Since I left my home I’ve had to work elsewhere to make a living. A salesman, construction worker, motorbike mechanic, gym instructor, bodyguard, and private tutor are just a few of many jobs I have done. But I always had a dream to work in Education, because teaching is what I am really passionate about and I was told I was good at it. However, during those years in emigration, I lost confidence in my ability to be a teacher again until one day a casual talk with an Irish person opened my eyes. She convinced me to go back to education and apply to the Higher Diploma in Further Education (HDFE) in Maynooth University, which I did and am very happy about it now.

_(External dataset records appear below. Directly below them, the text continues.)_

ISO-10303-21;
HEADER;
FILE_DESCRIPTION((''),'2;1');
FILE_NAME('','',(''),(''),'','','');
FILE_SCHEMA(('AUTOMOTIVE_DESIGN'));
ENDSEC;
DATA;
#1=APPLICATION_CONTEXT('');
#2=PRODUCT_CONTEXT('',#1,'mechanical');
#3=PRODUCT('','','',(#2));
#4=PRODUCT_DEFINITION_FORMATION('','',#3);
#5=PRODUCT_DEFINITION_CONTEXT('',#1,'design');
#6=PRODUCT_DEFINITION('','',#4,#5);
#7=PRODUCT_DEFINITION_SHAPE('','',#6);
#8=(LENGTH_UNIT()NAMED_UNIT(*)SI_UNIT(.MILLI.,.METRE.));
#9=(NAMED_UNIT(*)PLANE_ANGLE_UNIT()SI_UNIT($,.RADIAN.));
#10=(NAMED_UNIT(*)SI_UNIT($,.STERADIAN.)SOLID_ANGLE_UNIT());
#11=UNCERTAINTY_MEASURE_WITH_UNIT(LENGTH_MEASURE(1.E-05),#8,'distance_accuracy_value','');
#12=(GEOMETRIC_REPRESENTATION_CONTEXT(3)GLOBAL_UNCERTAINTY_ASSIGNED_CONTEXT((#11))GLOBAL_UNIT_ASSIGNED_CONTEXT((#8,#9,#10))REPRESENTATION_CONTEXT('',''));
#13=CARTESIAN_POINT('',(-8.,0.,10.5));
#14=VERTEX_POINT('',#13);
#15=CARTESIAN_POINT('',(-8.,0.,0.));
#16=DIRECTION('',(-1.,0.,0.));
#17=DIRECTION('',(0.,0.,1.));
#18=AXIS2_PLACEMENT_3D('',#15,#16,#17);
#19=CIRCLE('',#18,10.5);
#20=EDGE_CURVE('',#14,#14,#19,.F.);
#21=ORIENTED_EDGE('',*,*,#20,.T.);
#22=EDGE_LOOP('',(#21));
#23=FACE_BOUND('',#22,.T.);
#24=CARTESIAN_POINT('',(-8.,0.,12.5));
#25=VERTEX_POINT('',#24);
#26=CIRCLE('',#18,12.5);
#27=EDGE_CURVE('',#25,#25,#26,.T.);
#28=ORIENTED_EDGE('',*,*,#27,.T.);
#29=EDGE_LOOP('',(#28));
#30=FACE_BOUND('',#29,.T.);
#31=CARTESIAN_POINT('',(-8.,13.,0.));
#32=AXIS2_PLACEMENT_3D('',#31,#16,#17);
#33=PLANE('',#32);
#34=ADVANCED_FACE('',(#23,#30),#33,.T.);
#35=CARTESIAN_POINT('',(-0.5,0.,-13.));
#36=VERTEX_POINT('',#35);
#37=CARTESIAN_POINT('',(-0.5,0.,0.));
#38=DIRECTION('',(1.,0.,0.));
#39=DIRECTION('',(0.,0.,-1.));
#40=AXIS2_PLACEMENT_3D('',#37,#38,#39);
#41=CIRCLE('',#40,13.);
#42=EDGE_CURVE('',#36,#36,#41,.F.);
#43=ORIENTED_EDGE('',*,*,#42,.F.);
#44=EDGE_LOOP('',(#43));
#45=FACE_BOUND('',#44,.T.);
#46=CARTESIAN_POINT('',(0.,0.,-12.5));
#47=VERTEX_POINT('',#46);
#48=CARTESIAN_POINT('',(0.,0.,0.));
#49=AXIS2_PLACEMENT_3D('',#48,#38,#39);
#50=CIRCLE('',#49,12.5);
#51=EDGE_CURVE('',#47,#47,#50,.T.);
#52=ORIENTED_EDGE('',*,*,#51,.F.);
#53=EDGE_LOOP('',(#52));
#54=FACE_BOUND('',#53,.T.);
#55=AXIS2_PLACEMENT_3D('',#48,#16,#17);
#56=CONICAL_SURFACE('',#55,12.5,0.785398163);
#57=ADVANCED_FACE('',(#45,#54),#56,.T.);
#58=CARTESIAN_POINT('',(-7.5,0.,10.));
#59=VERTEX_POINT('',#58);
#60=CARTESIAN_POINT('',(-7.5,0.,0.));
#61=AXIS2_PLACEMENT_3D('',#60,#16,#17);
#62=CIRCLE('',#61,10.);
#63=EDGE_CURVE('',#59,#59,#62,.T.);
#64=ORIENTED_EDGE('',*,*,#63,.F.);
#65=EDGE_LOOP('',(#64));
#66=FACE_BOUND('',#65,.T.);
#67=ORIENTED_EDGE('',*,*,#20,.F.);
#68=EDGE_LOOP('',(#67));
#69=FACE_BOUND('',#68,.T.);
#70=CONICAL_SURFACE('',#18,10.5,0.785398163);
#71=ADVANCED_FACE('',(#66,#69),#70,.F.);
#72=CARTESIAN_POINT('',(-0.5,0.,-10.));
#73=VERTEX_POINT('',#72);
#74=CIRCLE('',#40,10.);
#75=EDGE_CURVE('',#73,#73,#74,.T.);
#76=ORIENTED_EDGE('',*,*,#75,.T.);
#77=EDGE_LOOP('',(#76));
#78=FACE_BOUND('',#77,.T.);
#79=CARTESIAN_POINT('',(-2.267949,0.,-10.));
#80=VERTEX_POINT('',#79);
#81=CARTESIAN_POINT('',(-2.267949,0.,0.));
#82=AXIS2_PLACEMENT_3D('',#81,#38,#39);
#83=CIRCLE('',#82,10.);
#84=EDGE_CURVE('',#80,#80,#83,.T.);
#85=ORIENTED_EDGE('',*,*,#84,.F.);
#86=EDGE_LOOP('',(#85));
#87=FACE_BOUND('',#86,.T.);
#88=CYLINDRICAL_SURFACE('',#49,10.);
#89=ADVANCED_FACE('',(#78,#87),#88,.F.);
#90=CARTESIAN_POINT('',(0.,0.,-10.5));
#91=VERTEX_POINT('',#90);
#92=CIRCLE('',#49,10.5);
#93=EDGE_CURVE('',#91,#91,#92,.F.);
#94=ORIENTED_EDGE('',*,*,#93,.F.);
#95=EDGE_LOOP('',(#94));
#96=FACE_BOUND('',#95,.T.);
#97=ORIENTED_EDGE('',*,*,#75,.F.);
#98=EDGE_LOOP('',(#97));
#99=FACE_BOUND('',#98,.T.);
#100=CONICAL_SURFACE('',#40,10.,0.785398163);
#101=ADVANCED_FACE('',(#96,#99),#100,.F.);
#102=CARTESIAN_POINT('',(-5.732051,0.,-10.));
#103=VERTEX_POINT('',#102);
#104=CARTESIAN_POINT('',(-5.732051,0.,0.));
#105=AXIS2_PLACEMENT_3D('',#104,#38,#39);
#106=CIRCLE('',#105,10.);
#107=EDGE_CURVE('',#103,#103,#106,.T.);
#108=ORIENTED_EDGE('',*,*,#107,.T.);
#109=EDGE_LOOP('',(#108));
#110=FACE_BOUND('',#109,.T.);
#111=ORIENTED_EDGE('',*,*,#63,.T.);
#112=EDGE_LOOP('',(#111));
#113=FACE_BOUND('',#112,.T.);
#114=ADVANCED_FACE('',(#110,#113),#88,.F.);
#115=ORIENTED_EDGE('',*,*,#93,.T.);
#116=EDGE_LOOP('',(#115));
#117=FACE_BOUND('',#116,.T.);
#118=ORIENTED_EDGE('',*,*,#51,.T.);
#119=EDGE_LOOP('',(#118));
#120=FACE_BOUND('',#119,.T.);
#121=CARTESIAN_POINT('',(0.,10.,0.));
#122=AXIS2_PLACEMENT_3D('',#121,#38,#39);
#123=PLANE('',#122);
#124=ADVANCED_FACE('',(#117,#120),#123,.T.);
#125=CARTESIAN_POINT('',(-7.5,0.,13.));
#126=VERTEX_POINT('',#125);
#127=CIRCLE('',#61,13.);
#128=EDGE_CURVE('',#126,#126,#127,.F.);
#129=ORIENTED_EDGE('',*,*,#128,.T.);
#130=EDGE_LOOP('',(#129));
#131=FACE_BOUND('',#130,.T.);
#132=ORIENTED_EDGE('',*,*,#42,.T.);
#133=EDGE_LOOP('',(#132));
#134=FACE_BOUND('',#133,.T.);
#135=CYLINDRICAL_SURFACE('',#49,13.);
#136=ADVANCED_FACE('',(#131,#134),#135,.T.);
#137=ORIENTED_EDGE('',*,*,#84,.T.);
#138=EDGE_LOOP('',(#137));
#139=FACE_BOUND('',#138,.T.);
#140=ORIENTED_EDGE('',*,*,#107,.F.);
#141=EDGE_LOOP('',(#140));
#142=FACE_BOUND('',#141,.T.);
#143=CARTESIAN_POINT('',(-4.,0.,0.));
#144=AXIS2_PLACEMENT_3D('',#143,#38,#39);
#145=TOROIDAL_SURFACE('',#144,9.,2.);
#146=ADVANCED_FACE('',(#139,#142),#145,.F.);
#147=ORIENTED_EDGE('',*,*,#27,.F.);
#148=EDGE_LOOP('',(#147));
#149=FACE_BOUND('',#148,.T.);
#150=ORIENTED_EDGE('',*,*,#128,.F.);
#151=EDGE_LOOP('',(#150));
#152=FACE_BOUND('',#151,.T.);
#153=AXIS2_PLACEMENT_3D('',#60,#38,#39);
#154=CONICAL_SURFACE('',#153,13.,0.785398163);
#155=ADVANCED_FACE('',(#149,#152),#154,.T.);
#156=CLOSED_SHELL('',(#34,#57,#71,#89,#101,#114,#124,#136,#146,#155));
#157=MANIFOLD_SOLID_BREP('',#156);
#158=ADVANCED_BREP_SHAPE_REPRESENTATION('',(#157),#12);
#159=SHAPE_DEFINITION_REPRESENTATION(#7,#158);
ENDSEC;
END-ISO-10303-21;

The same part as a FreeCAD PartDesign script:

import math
import FreeCAD as App
import Part
import Sketcher

V = App.Vector
Q = App.Units.Quantity


def edges_at(feature, points):
    """Names of the edges that pass closest to the given points."""
    edges = feature.Shape.Edges
    near = lambda p: min(range(len(edges)), key=lambda i: edges[i].distToShape(Part.Vertex(*p))[0])
    return sorted({f"Edge{near(p) + 1}" for p in points})

doc = App.newDocument("Part")
body = doc.addObject("PartDesign::Body", "Body")

sketch1 = doc.addObject("Sketcher::SketchObject", "Sketch")
body.addObject(sketch1)
sketch1.AttachmentSupport = (doc.XY_Plane, [""])
sketch1.MapMode = "FlatFace"
sketch1.addGeometry([
    Part.LineSegment(V(0, 10, 0), V(0, 13, 0)),
    Part.LineSegment(V(0, 13, 0), V(-8, 13, 0)),
    Part.LineSegment(V(-8, 13, 0), V(-8, 10, 0)),
    Part.LineSegment(V(-8, 10, 0), V(-5.732051, 10, 0)),
    Part.ArcOfCircle(Part.Circle(V(-4, 9, 0), V(0, 0, 1), 2), math.radians(30), math.radians(150)),
    Part.LineSegment(V(-2.267949, 10, 0), V(0, 10, 0)),
], False)
sketch1.addConstraint([
    Sketcher.Constraint("Coincident", 0, 2, 1, 1),
    Sketcher.Constraint("Coincident", 1, 2, 2, 1),
    Sketcher.Constraint("Coincident", 2, 2, 3, 1),
    Sketcher.Constraint("Coincident", 3, 2, 4, 2),
    Sketcher.Constraint("Coincident", 4, 1, 5, 1),
    Sketcher.Constraint("Coincident", 5, 2, 0, 1),
    Sketcher.Constraint("Vertical", 0),
    Sketcher.Constraint("Horizontal", 1),
    Sketcher.Constraint("Vertical", 2),
    Sketcher.Constraint("Horizontal", 3),
    Sketcher.Constraint("Horizontal", 5),
    Sketcher.Constraint("PointOnObject", 0, 2, -2),
    Sketcher.Constraint("Horizontal", 3, 2, 4, 1),
    Sketcher.Constraint("Equal", 3, 5),
    Sketcher.Constraint("Radius", 4, Q("2 mm")),
    Sketcher.Constraint("DistanceX", 1, 2, 1, 1, Q("8 mm")),
    Sketcher.Constraint("DistanceY", 0, 1, 0, 2, Q("3 mm")),
    Sketcher.Constraint("DistanceY", -1, 1, 4, 3, Q("9 mm")),
    Sketcher.Constraint("DistanceY", -1, 1, 0, 2, Q("13 mm")),
])
revolution = doc.addObject("PartDesign::Revolution", "Revolution")
body.addObject(revolution)
revolution.Profile = sketch1
revolution.ReferenceAxis = (sketch1, ["H_Axis"])
revolution.Angle = 360
doc.recompute()

chamfer = doc.addObject("PartDesign::Chamfer", "Chamfer")
body.addObject(chamfer)
chamfer.Base = (revolution, edges_at(revolution, [
    (0, 0, 10),
    (0, 0, 13),
    (-8, 0, 13),
    (-8, 0, 10),
]))
chamfer.Size = 0.5

doc.recompute()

However, during the HDFE, I came across a very stressful situation and a potential barrier to my future progress, which thanks to my determination and perhaps stubbornness, I eventually overcame. Almost at the end of the course, I discovered that I owed the University over five thousand euro. It happened because, as a foreigner, I was not aware of the ‘nuts and bolts’ of the Irish higher education funding processes. As a result, I did not apply for the SUSI (Student Universal Support Ireland) grant in time. When I found about how it worked, SUSI refused my application, saying it was too late. Despite all my efforts, such as appealing their decision and looking for help from my local TD (member of parliament), I was not able to overcome the bureaucratic ‘red tape’. Eventually, I borrowed money and repaid my debt to the University and happily received my parchment a year after graduation.   

The HDFE course was crucial for my further career development and most importantly in restoring my confidence in my ability to be a teacher again, especially in English language environment which is not my mother tongue. While doing my Higher Diploma, I was also encouraged by my sociology lecturer to do a PhD as he believed in my great potential.  He also helped me to refine the topic for my research and recommended a potential PhD supervisor. Another staff member encouraged me to start my blog where I could share ideas and knowledge in my field of expertise; international relations, Eastern European politics and Ukraine’s politics in particular. Since then I have started the blog and I have written a number of published articles in RTE Brainstorm, the London School of Economics and Politics website, the Eurasia Review, and the Maynooth University Department of Sociology website. I am very grateful for their encouragement and the DACE contribution to my professional and personal progress.

I hope my story helps others find their professional development and personal satisfaction path.

Oleg Chupryna is a PhD candidate in the Department of Sociology, Maynooth University.